Take the entries below and print only the lines from the one with "Line((98.955345629, -11.5), (130.955345629, -11.5))" through the one with "A parametric FreeCAD", exactly as they stand, both ends included.

START Extracted material

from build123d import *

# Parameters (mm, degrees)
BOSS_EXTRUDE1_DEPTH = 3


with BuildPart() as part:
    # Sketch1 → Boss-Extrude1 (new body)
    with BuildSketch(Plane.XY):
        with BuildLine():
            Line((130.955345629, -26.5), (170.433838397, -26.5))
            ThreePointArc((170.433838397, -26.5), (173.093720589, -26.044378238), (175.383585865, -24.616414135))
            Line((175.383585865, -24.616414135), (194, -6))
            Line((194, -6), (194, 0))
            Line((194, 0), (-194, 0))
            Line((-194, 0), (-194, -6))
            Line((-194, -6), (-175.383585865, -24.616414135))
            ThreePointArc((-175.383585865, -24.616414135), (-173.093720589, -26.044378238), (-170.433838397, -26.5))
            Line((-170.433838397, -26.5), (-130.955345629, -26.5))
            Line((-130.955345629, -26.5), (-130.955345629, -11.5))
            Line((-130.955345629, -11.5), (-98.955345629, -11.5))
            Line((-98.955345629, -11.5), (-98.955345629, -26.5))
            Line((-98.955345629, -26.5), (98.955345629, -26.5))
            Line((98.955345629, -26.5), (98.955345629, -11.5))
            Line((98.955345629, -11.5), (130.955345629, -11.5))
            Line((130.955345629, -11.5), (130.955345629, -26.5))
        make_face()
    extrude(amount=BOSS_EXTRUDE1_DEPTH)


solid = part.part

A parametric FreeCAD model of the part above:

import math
import FreeCAD as App
import Part
import Sketcher

V = App.Vector

doc = App.newDocument("Part")
body = doc.addObject("PartDesign::Body", "Body")

# Sketch on XY plane
sketch1 = body.newObject("Sketcher::SketchObject", "Sketch")
sketch1.AttachmentSupport = (doc.getObject("XY_Plane"), [""])
sketch1.MapMode = "FlatFace"
sketch1.addGeometry(Part.LineSegment(V(130.955346, -26.5, 0), V(170.433838, -26.5, 0)), False)
sketch1.addGeometry(Part.ArcOfCircle(Part.Circle(V(170.604099, -19.502071, 0), V(0, 0, 1), 7), math.radians(-91.39374), math.radians(-46.938434)), False)
sketch1.addGeometry(Part.LineSegment(V(175.383586, -24.616414, 0), V(194, -6, 0)), False)
sketch1.addGeometry(Part.LineSegment(V(194, -6, 0), V(194, 0, 0)), False)
sketch1.addGeometry(Part.LineSegment(V(194, 0, 0), V(-194, 0, 0)), False)
sketch1.addGeometry(Part.LineSegment(V(-194, 0, 0), V(-194, -6, 0)), False)
sketch1.addGeometry(Part.LineSegment(V(-194, -6, 0), V(-175.383586, -24.616414, 0)), False)
sketch1.addGeometry(Part.ArcOfCircle(Part.Circle(V(-170.604099, -19.502071, 0), V(0, 0, 1), 7), math.radians(-133.061566), math.radians(-88.60626)), False)
sketch1.addGeometry(Part.LineSegment(V(-170.433838, -26.5, 0), V(-130.955346, -26.5, 0)), False)
sketch1.addGeometry(Part.LineSegment(V(-130.955346, -26.5, 0), V(-130.955346, -11.5, 0)), False)
sketch1.addGeometry(Part.LineSegment(V(-130.955346, -11.5, 0), V(-98.955346, -11.5, 0)), False)
sketch1.addGeometry(Part.LineSegment(V(-98.955346, -11.5, 0), V(-98.955346, -26.5, 0)), False)
sketch1.addGeometry(Part.LineSegment(V(-98.955346, -26.5, 0), V(98.955346, -26.5, 0)), False)
sketch1.addGeometry(Part.LineSegment(V(98.955346, -26.5, 0), V(98.955346, -11.5, 0)), False)
sketch1.addGeometry(Part.LineSegment(V(98.955346, -11.5, 0), V(130.955346, -11.5, 0)), False)
sketch1.addGeometry(Part.LineSegment(V(130.955346, -11.5, 0), V(130.955346, -26.5, 0)), False)
sketch1.addConstraint(Sketcher.Constraint("Coincident", 0, 2, 1, 1))
sketch1.addConstraint(Sketcher.Constraint("Coincident", 1, 2, 2, 1))
sketch1.addConstraint(Sketcher.Constraint("Coincident", 2, 2, 3, 1))
sketch1.addConstraint(Sketcher.Constraint("Coincident", 3, 2, 4, 1))
sketch1.addConstraint(Sketcher.Constraint("Coincident", 4, 2, 5, 1))
sketch1.addConstraint(Sketcher.Constraint("Coincident", 5, 2, 6, 1))
sketch1.addConstraint(Sketcher.Constraint("Coincident", 6, 2, 7, 1))
sketch1.addConstraint(Sketcher.Constraint("Coincident", 7, 2, 8, 1))
sketch1.addConstraint(Sketcher.Constraint("Coincident", 8, 2, 9, 1))
sketch1.addConstraint(Sketcher.Constraint("Coincident", 9, 2, 10, 1))
sketch1.addConstraint(Sketcher.Constraint("Coincident", 10, 2, 11, 1))
sketch1.addConstraint(Sketcher.Constraint("Coincident", 11, 2, 12, 1))
sketch1.addConstraint(Sketcher.Constraint("Coincident", 12, 2, 13, 1))
sketch1.addConstraint(Sketcher.Constraint("Coincident", 13, 2, 14, 1))
sketch1.addConstraint(Sketcher.Constraint("Coincident", 14, 2, 15, 1))
sketch1.addConstraint(Sketcher.Constraint("Coincident", 15, 2, 0, 1))
sketch1.addConstraint(Sketcher.Constraint("Horizontal", 0))
sketch1.addConstraint(Sketcher.Constraint("Vertical", 3))
sketch1.addConstraint(Sketcher.Constraint("Horizontal", 4))
sketch1.addConstraint(Sketcher.Constraint("Vertical", 5))
sketch1.addConstraint(Sketcher.Constraint("Horizontal", 8))
sketch1.addConstraint(Sketcher.Constraint("Vertical", 9))
sketch1.addConstraint(Sketcher.Constraint("Horizontal", 10))
sketch1.addConstraint(Sketcher.Constraint("Vertical", 11))
sketch1.addConstraint(Sketcher.Constraint("Horizontal", 12))
sketch1.addConstraint(Sketcher.Constraint("Vertical", 13))
sketch1.addConstraint(Sketcher.Constraint("Horizontal", 14))
sketch1.addConstraint(Sketcher.Constraint("Vertical", 15))
sketch1.addConstraint(Sketcher.Constraint("Equal", 1, 7))
sketch1.addConstraint(Sketcher.Constraint("Symmetric", 3, 2, 4, 2, -1, 1))
sketch1.addConstraint(Sketcher.Constraint("Symmetric", 1, 3, 7, 3, -2))
sketch1.addConstraint(Sketcher.Constraint("Symmetric", 10, 2, 13, 2, -2))
sketch1.addConstraint(Sketcher.Constraint("Symmetric", 8, 2, 15, 2, -2))
sketch1.addConstraint(Sketcher.Constraint("Perpendicular", 2, 6))
sketch1.addConstraint(Sketcher.Constraint("Horizontal", 2, 2, 5, 2))
sketch1.addConstraint(Sketcher.Constraint("Horizontal", 1, 2, 6, 2))
sketch1.addConstraint(Sketcher.Constraint("Horizontal", 8, 2, 11, 2))
sketch1.addConstraint(Sketcher.Constraint("Radius", 1, 7.0))
sketch1.addConstraint(Sketcher.Constraint("DistanceX", 4, 2, 4, 1, 388.0))
sketch1.addConstraint(Sketcher.Constraint("DistanceX", 10, 1, 10, 2, 32.0))
sketch1.addConstraint(Sketcher.Constraint("DistanceY", 3, 1, 3, 2, 6.0))
sketch1.addConstraint(Sketcher.Constraint("DistanceY", 9, 1, 9, 2, 15.0))
sketch1.addConstraint(Sketcher.Constraint("DistanceY", 0, 2, -1, 1, 26.5))
sketch1.addConstraint(Sketcher.Constraint("DistanceX", 12, 1, 12, 2, 197.910691))
sketch1.addConstraint(Sketcher.Constraint("DistanceX", -1, 1, 1, 3, 170.604099))
sketch1.addConstraint(Sketcher.Constraint("DistanceX", 0, 1, 0, 2, 39.478493))
pad1 = body.newObject("PartDesign::Pad", "Pad")
pad1.Profile = sketch1
pad1.Length = 3

doc.recompute()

END Extracted material

Final answer>
            Line((98.955345629, -11.5), (130.955345629, -11.5))
            Line((130.955345629, -11.5), (130.955345629, -26.5))
        make_face()
    extrude(amount=BOSS_EXTRUDE1_DEPTH)


solid = part.part

A parametric FreeCAD model of the part above:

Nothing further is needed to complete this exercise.